[[ Data for analysis open ]]
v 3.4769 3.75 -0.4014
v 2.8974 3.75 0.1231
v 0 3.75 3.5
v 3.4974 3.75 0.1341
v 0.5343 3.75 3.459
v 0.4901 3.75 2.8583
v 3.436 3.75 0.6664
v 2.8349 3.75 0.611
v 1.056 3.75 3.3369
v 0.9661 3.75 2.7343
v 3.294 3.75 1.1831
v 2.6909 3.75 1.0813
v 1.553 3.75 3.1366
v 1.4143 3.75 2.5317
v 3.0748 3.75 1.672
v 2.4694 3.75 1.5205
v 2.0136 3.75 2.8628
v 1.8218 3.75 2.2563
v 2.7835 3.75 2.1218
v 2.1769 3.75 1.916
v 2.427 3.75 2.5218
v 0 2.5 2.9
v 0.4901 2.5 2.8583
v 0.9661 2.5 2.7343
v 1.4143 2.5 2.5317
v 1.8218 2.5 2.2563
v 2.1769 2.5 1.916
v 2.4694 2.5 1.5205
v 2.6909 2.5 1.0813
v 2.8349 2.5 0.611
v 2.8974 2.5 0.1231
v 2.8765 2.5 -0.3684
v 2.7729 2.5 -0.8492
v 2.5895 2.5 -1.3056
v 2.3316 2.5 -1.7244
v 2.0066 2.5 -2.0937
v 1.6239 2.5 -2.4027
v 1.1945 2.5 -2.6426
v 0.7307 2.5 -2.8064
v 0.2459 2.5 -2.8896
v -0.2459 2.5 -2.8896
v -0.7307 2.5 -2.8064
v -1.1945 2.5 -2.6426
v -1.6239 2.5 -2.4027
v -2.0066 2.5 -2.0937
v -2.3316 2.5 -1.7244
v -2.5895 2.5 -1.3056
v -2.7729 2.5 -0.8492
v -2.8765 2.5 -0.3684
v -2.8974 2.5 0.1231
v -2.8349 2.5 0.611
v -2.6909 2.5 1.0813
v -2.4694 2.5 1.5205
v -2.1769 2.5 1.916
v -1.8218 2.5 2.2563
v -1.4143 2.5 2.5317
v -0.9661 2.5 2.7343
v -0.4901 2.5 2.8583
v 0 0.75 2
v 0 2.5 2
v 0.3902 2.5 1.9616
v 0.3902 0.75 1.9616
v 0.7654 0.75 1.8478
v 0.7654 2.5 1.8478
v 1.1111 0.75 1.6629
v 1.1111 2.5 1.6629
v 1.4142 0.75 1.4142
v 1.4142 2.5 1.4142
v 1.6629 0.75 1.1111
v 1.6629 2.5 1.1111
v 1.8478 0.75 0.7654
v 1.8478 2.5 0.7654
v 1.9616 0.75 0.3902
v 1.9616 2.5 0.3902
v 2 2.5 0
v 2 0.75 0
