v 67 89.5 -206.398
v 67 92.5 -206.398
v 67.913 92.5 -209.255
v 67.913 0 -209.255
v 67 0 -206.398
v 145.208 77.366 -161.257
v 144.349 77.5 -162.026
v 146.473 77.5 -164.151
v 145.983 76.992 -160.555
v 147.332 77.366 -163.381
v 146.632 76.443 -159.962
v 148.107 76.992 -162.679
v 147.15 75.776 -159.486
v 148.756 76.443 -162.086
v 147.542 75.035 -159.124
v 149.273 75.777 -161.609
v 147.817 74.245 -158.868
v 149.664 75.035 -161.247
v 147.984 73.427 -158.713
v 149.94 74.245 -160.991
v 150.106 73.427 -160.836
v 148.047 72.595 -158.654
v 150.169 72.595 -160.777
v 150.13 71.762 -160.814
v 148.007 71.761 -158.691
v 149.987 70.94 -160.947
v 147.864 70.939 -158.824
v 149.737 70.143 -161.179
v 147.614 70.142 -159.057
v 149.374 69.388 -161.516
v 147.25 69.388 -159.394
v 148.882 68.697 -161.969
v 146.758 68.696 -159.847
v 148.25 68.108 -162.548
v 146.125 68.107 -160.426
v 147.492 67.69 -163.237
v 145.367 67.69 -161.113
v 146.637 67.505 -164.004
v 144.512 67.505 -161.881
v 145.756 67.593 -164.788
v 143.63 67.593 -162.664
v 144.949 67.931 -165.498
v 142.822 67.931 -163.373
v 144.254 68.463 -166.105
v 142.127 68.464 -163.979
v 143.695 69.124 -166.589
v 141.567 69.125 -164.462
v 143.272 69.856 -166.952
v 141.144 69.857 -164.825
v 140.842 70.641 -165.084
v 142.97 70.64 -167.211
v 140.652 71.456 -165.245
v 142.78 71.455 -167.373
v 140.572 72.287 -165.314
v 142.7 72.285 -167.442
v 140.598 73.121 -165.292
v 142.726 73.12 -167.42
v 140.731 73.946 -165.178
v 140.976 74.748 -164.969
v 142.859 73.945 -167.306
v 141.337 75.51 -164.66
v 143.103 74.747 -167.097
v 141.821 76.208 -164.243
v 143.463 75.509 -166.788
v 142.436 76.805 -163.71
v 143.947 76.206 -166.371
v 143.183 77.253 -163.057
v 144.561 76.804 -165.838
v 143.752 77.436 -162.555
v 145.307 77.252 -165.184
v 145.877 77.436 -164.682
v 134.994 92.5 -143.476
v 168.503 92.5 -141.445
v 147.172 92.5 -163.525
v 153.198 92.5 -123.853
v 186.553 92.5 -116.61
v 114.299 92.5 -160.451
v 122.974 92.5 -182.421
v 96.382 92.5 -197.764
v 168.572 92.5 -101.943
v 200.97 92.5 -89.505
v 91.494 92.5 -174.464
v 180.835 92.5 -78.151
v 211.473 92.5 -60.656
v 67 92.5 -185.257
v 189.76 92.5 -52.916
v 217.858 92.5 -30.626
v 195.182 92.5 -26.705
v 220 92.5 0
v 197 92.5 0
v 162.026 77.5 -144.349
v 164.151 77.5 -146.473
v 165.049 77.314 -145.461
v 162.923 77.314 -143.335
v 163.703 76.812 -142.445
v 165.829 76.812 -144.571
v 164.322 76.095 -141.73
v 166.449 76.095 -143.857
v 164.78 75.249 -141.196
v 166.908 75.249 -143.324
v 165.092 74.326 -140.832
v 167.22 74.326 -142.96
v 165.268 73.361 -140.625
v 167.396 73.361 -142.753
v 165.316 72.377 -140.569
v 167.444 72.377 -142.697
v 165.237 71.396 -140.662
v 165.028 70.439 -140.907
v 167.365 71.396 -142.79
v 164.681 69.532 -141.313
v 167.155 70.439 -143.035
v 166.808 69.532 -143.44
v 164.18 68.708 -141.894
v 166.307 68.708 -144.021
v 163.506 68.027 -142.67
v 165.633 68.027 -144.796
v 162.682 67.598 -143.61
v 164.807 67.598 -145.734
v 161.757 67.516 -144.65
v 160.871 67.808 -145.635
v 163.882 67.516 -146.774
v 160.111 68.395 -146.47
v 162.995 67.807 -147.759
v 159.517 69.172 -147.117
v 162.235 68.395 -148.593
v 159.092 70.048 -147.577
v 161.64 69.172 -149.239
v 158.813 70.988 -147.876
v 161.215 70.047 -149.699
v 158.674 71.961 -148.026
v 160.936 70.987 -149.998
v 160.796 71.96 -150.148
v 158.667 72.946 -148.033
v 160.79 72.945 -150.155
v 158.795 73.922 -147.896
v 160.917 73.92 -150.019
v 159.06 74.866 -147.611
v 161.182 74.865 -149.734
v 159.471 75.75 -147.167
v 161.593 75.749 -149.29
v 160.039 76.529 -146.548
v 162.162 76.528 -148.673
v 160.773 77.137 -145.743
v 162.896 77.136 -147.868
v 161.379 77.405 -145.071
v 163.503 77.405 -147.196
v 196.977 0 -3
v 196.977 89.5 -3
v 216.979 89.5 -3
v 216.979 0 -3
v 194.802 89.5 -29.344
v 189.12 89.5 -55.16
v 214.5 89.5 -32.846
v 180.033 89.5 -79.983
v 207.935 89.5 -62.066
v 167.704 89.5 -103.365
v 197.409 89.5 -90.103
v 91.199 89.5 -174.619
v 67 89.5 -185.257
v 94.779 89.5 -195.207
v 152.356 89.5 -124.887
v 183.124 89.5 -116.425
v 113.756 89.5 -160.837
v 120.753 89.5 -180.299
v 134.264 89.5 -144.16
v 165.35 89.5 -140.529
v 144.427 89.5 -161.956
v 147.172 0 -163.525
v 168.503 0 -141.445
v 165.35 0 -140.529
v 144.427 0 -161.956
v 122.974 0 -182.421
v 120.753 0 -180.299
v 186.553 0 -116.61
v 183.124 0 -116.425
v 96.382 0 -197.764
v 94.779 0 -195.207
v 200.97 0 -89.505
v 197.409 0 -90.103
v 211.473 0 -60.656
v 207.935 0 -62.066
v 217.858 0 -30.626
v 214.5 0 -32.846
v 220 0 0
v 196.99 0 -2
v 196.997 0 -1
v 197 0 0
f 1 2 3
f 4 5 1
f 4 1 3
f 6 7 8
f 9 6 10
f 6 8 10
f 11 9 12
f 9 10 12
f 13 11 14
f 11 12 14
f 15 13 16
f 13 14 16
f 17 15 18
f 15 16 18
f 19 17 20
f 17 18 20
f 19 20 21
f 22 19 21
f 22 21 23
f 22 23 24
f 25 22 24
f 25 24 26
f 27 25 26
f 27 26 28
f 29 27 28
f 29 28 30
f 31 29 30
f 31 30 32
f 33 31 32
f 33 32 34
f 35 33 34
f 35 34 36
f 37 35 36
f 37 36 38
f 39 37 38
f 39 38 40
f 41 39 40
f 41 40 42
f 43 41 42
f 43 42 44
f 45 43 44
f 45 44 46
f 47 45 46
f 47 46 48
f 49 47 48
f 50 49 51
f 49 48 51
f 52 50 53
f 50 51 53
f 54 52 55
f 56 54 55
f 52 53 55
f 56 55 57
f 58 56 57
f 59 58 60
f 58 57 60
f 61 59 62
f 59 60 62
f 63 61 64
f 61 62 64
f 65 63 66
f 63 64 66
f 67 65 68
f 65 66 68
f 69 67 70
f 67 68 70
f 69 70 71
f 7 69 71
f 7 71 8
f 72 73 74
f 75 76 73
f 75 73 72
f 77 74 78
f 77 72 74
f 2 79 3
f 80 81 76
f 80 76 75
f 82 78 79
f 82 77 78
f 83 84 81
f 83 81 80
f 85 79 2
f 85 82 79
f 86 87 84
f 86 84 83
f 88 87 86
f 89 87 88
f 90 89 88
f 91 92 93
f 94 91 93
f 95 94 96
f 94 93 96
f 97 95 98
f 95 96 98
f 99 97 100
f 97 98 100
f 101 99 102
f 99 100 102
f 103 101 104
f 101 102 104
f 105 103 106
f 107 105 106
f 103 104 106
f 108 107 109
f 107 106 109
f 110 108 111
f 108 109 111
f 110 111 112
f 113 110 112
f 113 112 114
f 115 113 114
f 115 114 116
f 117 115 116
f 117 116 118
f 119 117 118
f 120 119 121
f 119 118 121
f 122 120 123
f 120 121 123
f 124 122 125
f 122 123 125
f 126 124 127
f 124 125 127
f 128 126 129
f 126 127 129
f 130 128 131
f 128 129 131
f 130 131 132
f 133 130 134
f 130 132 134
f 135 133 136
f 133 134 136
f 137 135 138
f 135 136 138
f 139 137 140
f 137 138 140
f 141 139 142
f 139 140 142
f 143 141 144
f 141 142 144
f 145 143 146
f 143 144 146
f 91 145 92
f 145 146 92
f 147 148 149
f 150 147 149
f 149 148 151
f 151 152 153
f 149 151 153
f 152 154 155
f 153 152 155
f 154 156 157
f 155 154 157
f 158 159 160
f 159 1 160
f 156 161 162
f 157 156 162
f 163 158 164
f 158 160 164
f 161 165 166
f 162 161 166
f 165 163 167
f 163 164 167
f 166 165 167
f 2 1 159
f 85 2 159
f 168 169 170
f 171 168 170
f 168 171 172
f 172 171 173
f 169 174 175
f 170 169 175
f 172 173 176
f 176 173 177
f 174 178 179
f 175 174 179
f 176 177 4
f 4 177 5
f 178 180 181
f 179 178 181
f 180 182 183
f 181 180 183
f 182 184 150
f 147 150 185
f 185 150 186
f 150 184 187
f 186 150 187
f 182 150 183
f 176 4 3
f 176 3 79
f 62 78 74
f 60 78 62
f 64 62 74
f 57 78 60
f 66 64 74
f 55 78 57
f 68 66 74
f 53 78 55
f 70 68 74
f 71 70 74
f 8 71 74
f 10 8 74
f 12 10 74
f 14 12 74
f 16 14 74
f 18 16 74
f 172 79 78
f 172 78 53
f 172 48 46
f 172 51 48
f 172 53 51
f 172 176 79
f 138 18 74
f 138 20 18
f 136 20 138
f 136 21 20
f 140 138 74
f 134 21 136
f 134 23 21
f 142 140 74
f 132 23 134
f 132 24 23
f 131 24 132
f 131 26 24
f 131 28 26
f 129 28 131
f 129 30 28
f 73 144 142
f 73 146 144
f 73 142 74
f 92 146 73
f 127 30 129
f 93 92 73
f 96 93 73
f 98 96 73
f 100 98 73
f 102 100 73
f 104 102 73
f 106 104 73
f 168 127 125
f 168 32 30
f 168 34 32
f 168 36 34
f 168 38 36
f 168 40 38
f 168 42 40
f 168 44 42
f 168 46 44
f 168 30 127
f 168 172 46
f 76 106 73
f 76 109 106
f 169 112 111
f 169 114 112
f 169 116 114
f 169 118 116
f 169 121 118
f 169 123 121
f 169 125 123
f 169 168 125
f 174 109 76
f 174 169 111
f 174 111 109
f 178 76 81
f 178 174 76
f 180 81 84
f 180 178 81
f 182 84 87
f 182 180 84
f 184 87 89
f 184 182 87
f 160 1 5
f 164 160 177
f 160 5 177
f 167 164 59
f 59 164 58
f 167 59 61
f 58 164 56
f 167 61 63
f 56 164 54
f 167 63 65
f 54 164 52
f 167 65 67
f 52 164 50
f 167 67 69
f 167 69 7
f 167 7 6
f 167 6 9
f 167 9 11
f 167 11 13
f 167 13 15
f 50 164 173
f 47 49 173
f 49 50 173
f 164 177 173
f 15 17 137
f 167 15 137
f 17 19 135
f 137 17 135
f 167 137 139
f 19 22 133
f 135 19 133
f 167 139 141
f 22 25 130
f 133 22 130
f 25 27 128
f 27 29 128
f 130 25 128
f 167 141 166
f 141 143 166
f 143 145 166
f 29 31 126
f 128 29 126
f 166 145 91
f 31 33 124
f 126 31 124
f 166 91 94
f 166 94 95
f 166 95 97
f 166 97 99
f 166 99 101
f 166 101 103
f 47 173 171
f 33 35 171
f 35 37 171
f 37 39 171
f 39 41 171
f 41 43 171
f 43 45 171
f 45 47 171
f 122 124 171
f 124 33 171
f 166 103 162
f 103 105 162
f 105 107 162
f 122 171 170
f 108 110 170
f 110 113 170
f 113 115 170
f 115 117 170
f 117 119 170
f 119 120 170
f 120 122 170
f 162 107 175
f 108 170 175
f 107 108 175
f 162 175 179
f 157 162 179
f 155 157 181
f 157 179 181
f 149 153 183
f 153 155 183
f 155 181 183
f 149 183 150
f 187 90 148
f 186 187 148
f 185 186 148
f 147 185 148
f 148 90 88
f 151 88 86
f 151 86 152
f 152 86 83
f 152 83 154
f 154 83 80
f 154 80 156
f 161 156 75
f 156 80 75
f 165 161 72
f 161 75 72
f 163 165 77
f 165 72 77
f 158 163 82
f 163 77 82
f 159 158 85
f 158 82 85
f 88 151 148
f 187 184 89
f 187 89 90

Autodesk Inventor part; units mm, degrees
ref_plane "YZ Plane" through (0, 0, 0) normal (1, 0, 0) x (0, 1, 0)
ref_plane "XZ Plane" through (0, 0, 0) normal (0, 1, 0) x (-1, 0, 0)
sketch "Sketch1" plane through (0, 0, 0) normal (0, 1, 0) x (-1, 0, 0)
  arc A0 (-220, 0) -> (-67, -209.5495) centre (0, 0) ccw
  arc A1 (-217, 0) -> (-67, -206.3977) centre (0, 0) ccw
  line L0 (-220, 0) -> (-217, 0)
  line L1 (0, -220) -> (0, -217)
  line L2 (0, -220) -> (-67, -220)
  line L3 (0, -220) -> (67, -220) construction
  line L4 (-67, -220) -> (-67, -206.3977)
  line L5 (-67, -206.3977) -> (-65.0308, -207.0265)
  line L6 (-67, -206.3977) -> (-68.4601, -210.9695)
  point P0 (-67.9127, -209.2555)
  dimension "d0" = 440
  dimension "d1" = 3
  dimension "d2" = 67
  dimension "d3" = 180
  dimension "d9" = 90
extrude "Extrusion1" add sketch "Sketch1" along normal blind 92.5 contours L0 A1 L6 A0
sketch "Sketch3" plane through (0, 92.5, 0) normal (0, 1, 0) x (1, 0, 0)
  arc A0 (217, 0) -> (67, 206.3977) centre (0, 0) ccw projected
  arc A1 (197, 0) -> (60.8249, 187.3748) centre (0, 0) ccw
  line L0 (60.8249, 187.3748) -> (67, 206.3977)
  line L1 (197, 0) -> (217, 0)
  dimension "d10" = 20
extrude "Extrusion3" add sketch "Sketch3" against normal blind 3
sketch "Sketch4" plane through (0, 92.5, 0) normal (0, 1, 0) x (1, 0, 0)
  line L0 (197, 0) -> (220, 0) projected
  arc A0 (197, 0) -> (60.8249, 187.3748) centre (0, 0) ccw projected
  arc A1 (220, 0) -> (67.9127, 209.2555) centre (0, 0) ccw projected
  line L1 (196.9772, 3) -> (219.9795, 3)
  dimension "d13" = 3
extrude "Extrusion4" add sketch "Sketch4" against normal up to surface (92.5 mm away)
sketch "Sketch5" plane through (0, 89.5, 0) normal (0, -1, 0) x (1, 0, 0)
  arc A0 (60.8249, -187.3748) -> (196.9772, -3) centre (0, 0) ccw projected
  line L0 (60.8249, -187.3748) -> (67, -206.3977) projected
  arc A1 (67, -206.3977) -> (216.9793, -3) centre (0, 0) ccw projected
  line L1 (67, -206.3977) -> (67, -185.2566)
  line L2 (67, -206.3977) -> (88.1411, -206.3977) construction
  dimension "d16" = 90
extrude "Extrusion5" cut sketch "Sketch5" against normal through all
sketch "Sketch6" plane through (0, 0, 0) normal (0, -1, 0) x (1, 0, 0)
  line L0 (0, 0) -> (155.5635, -155.5635)
  arc A0 (67.9127, -209.2555) -> (220, 0) centre (0, 0) ccw projected
  line L1 (0, 0) -> (220, 0) construction
  dimension "d19" = 45
ref_plane "Work Plane1" through (155.5635, 0, -155.5635) normal (0.7071, 0, -0.7071) x (0, 1, 0)
sketch "Sketch7" plane through (155.5635, 0, -155.5635) normal (0.7071, 0, -0.7071) x (0, 1, 0)
  circle A0 centre (72.5, -12.5) radius 5
  circle A1 centre (72.5, 12.5) radius 5
  line L0 (92.5, -99.9445) -> (92.5, 155.5635) projected
  line L1 (0, 0) -> (103.0589, 0)
  dimension "d20" = 10
  dimension "d21" = 10
  dimension "d22" = 25
  dimension "d23" = 20
  dimension "d24" = 20
  dimension "d25" = 12.5
extrude "Extrusion6" cut sketch "Sketch7" against normal through all
properties part number "Bottom_Enclosure_2"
[[ Data for analysis closed ]]
• What you will do
Reproduce exactly the lines above from the line with "v -2.5895 2.5 -1.3056" to the line with "v 143.183 77.253 -163.057", including both, and add nothing.

• Exercise output
v -2.5895 2.5 -1.3056
v -2.7729 2.5 -0.8492
v -2.8765 2.5 -0.3684
v -2.8974 2.5 0.1231
v -2.8349 2.5 0.611
v -2.6909 2.5 1.0813
v -2.4694 2.5 1.5205
v -2.1769 2.5 1.916
v -1.8218 2.5 2.2563
v -1.4143 2.5 2.5317
v -0.9661 2.5 2.7343
v -0.4901 2.5 2.8583
v 0 0.75 2
v 0 2.5 2
v 0.3902 2.5 1.9616
v 0.3902 0.75 1.9616
v 0.7654 0.75 1.8478
v 0.7654 2.5 1.8478
v 1.1111 0.75 1.6629
v 1.1111 2.5 1.6629
v 1.4142 0.75 1.4142
v 1.4142 2.5 1.4142
v 1.6629 0.75 1.1111
v 1.6629 2.5 1.1111
v 1.8478 0.75 0.7654
v 1.8478 2.5 0.7654
v 1.9616 0.75 0.3902
v 1.9616 2.5 0.3902
v 2 2.5 0
v 2 0.75 0
v 67 89.5 -206.398
v 67 92.5 -206.398
v 67.913 92.5 -209.255
v 67.913 0 -209.255
v 67 0 -206.398
v 145.208 77.366 -161.257
v 144.349 77.5 -162.026
v 146.473 77.5 -164.151
v 145.983 76.992 -160.555
v 147.332 77.366 -163.381
v 146.632 76.443 -159.962
v 148.107 76.992 -162.679
v 147.15 75.776 -159.486
v 148.756 76.443 -162.086
v 147.542 75.035 -159.124
v 149.273 75.777 -161.609
v 147.817 74.245 -158.868
v 149.664 75.035 -161.247
v 147.984 73.427 -158.713
v 149.94 74.245 -160.991
v 150.106 73.427 -160.836
v 148.047 72.595 -158.654
v 150.169 72.595 -160.777
v 150.13 71.762 -160.814
v 148.007 71.761 -158.691
v 149.987 70.94 -160.947
v 147.864 70.939 -158.824
v 149.737 70.143 -161.179
v 147.614 70.142 -159.057
v 149.374 69.388 -161.516
v 147.25 69.388 -159.394
v 148.882 68.697 -161.969
v 146.758 68.696 -159.847
v 148.25 68.108 -162.548
v 146.125 68.107 -160.426
v 147.492 67.69 -163.237
v 145.367 67.69 -161.113
v 146.637 67.505 -164.004
v 144.512 67.505 -161.881
v 145.756 67.593 -164.788
v 143.63 67.593 -162.664
v 144.949 67.931 -165.498
v 142.822 67.931 -163.373
v 144.254 68.463 -166.105
v 142.127 68.464 -163.979
v 143.695 69.124 -166.589
v 141.567 69.125 -164.462
v 143.272 69.856 -166.952
v 141.144 69.857 -164.825
v 140.842 70.641 -165.084
v 142.97 70.64 -167.211
v 140.652 71.456 -165.245
v 142.78 71.455 -167.373
v 140.572 72.287 -165.314
v 142.7 72.285 -167.442
v 140.598 73.121 -165.292
v 142.726 73.12 -167.42
v 140.731 73.946 -165.178
v 140.976 74.748 -164.969
v 142.859 73.945 -167.306
v 141.337 75.51 -164.66
v 143.103 74.747 -167.097
v 141.821 76.208 -164.243
v 143.463 75.509 -166.788
v 142.436 76.805 -163.71
v 143.947 76.206 -166.371
v 143.183 77.253 -163.057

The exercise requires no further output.